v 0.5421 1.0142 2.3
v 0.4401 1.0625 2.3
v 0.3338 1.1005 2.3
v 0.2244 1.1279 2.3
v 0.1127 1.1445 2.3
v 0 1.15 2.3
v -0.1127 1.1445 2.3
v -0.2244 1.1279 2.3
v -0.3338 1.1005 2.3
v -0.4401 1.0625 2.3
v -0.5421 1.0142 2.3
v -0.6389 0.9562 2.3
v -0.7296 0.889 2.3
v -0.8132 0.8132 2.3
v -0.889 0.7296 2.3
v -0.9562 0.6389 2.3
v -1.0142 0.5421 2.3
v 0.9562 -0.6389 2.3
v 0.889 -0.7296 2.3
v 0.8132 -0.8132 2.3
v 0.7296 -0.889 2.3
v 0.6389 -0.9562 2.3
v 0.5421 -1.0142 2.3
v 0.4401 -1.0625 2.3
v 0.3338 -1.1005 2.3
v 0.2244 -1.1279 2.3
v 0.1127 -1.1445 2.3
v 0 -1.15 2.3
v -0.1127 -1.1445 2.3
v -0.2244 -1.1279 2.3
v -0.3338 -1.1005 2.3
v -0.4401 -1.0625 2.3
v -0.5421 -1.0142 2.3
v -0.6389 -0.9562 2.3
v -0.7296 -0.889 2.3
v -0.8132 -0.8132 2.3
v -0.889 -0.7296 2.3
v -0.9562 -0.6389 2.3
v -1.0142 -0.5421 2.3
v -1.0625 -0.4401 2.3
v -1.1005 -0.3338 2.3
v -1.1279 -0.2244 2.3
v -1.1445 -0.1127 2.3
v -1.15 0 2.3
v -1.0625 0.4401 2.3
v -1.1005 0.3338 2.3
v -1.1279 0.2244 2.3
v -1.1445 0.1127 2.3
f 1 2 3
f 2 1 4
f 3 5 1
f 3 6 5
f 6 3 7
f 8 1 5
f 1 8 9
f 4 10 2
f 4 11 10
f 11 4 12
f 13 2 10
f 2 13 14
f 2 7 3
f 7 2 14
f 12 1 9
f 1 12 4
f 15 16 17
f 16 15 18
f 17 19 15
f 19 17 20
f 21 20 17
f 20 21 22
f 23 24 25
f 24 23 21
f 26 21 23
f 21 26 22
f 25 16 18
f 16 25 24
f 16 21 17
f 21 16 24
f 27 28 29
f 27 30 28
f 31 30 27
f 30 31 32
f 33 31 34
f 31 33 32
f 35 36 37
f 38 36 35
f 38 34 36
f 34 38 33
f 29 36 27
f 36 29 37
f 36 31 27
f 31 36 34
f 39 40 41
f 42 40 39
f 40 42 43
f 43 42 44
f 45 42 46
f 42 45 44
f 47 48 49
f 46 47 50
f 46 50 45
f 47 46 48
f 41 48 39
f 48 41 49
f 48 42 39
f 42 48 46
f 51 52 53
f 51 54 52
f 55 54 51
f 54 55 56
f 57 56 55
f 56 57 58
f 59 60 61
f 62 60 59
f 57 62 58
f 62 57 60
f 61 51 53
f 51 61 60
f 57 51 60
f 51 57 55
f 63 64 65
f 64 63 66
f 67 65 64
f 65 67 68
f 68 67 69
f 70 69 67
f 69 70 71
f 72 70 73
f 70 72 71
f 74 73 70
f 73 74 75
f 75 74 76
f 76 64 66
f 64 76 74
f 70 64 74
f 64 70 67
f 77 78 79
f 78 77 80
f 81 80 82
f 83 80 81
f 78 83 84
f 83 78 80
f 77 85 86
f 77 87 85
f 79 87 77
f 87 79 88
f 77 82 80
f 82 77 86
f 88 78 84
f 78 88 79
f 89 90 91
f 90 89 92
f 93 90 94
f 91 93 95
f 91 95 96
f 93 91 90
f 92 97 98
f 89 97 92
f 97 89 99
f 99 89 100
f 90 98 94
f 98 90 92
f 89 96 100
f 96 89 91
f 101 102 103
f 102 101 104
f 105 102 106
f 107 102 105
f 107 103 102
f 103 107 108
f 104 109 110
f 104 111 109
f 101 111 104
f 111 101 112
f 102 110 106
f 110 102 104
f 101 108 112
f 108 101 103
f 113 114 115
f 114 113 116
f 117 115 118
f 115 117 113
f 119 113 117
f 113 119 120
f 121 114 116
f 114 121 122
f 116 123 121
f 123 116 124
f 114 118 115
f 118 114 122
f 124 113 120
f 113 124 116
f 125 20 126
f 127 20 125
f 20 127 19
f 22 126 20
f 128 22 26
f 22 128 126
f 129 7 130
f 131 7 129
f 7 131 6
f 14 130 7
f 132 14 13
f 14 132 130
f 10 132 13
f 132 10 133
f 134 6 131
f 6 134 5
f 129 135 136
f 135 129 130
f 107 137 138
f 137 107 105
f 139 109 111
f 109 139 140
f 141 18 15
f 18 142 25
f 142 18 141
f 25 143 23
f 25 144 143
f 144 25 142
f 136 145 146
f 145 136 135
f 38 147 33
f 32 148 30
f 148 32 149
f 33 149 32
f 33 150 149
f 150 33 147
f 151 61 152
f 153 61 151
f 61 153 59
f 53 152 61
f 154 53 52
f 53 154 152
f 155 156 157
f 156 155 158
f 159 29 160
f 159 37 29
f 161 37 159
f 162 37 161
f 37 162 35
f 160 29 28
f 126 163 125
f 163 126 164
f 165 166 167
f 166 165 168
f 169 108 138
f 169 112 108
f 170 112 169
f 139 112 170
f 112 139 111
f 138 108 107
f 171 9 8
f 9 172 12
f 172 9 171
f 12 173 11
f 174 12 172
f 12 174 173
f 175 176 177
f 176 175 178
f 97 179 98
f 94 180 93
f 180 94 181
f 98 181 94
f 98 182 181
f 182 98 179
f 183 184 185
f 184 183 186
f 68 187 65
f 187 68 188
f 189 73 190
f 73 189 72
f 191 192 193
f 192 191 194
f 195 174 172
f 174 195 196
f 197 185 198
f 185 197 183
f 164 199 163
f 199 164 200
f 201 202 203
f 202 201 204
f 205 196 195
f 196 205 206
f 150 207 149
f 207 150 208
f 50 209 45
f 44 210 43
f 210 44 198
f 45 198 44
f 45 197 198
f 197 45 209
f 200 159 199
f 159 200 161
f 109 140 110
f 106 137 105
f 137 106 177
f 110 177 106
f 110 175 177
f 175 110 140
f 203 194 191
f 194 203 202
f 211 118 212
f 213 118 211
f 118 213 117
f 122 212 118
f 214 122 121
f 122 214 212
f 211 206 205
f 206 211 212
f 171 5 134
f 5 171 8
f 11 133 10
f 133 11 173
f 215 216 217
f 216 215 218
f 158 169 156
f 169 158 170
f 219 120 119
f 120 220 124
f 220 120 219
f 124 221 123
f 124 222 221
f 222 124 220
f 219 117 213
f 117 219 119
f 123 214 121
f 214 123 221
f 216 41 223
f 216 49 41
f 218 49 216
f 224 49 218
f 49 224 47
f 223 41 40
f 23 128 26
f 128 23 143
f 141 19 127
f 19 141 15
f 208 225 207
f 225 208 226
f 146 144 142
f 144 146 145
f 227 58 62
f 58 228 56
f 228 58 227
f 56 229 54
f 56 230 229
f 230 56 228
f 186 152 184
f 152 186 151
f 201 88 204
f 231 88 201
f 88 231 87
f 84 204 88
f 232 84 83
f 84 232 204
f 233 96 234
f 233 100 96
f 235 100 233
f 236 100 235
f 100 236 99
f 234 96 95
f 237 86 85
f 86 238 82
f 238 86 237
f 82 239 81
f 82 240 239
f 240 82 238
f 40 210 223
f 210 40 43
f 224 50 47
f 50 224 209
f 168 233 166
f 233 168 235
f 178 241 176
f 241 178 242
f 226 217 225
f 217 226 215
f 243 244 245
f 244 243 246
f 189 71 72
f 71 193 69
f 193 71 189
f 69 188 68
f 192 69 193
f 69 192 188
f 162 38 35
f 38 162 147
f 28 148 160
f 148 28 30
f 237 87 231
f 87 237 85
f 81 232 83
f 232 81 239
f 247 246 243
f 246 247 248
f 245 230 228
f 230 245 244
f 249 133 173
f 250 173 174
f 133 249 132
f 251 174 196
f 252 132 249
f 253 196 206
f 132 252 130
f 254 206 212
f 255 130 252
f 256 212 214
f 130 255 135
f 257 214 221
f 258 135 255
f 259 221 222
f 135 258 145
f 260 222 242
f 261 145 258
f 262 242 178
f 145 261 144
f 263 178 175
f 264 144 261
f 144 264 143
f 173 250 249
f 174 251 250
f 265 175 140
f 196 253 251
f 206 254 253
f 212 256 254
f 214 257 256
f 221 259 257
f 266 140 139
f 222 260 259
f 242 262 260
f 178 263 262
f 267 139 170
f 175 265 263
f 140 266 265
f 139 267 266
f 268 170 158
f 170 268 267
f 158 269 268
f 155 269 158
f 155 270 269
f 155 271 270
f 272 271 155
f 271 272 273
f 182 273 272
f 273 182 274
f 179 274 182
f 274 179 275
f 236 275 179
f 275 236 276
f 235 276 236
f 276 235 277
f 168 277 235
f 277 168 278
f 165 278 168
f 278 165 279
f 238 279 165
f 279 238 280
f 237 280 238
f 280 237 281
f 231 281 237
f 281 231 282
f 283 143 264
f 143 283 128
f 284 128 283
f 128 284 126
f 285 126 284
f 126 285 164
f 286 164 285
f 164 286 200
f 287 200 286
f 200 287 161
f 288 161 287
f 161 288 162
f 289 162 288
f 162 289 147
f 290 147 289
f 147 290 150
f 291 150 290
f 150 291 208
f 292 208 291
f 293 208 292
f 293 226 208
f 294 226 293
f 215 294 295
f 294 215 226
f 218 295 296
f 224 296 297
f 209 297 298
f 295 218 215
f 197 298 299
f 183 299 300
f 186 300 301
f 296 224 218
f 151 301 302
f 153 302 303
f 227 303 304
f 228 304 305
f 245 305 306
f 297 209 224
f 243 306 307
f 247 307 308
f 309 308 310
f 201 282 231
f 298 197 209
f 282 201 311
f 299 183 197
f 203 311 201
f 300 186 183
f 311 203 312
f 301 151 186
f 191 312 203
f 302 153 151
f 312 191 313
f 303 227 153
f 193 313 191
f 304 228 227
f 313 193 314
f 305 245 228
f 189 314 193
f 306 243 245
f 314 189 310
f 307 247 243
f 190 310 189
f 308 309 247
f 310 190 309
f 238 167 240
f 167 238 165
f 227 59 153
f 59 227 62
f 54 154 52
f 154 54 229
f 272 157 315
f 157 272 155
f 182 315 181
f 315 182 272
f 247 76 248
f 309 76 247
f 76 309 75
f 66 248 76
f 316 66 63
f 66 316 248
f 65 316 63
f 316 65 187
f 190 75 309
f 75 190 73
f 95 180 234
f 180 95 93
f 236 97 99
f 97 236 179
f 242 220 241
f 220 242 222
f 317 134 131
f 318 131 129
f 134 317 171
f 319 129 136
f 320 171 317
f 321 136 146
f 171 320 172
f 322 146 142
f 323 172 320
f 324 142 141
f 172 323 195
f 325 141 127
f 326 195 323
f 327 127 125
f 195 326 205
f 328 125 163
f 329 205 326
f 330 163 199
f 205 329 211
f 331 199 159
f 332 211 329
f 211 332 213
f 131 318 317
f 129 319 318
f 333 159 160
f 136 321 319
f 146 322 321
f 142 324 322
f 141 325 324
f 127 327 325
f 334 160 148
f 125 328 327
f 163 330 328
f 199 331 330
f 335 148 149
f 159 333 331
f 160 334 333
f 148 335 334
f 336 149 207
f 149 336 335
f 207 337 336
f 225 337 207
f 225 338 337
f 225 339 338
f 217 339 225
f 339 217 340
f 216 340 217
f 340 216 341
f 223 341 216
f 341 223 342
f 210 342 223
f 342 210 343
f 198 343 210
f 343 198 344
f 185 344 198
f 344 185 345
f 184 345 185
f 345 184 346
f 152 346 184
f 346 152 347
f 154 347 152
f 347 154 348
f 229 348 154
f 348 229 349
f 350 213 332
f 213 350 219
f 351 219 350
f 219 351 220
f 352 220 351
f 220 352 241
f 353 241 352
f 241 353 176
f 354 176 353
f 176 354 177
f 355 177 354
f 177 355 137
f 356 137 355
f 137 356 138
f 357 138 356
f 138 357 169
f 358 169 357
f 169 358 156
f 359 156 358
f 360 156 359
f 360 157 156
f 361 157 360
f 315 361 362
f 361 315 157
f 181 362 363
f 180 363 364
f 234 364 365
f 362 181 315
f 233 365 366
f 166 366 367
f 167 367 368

▶ **TASK TO CARRY OUT**:
Of the entries above, repeat exactly the lines from the line with "f 255 130 252" through the line with "f 274 179 275", both of them included.

▶ **OUTPUT FOR THIS EXERCISE**:
f 255 130 252
f 256 212 214
f 130 255 135
f 257 214 221
f 258 135 255
f 259 221 222
f 135 258 145
f 260 222 242
f 261 145 258
f 262 242 178
f 145 261 144
f 263 178 175
f 264 144 261
f 144 264 143
f 173 250 249
f 174 251 250
f 265 175 140
f 196 253 251
f 206 254 253
f 212 256 254
f 214 257 256
f 221 259 257
f 266 140 139
f 222 260 259
f 242 262 260
f 178 263 262
f 267 139 170
f 175 265 263
f 140 266 265
f 139 267 266
f 268 170 158
f 170 268 267
f 158 269 268
f 155 269 158
f 155 270 269
f 155 271 270
f 272 271 155
f 271 272 273
f 182 273 272
f 273 182 274
f 179 274 182
f 274 179 275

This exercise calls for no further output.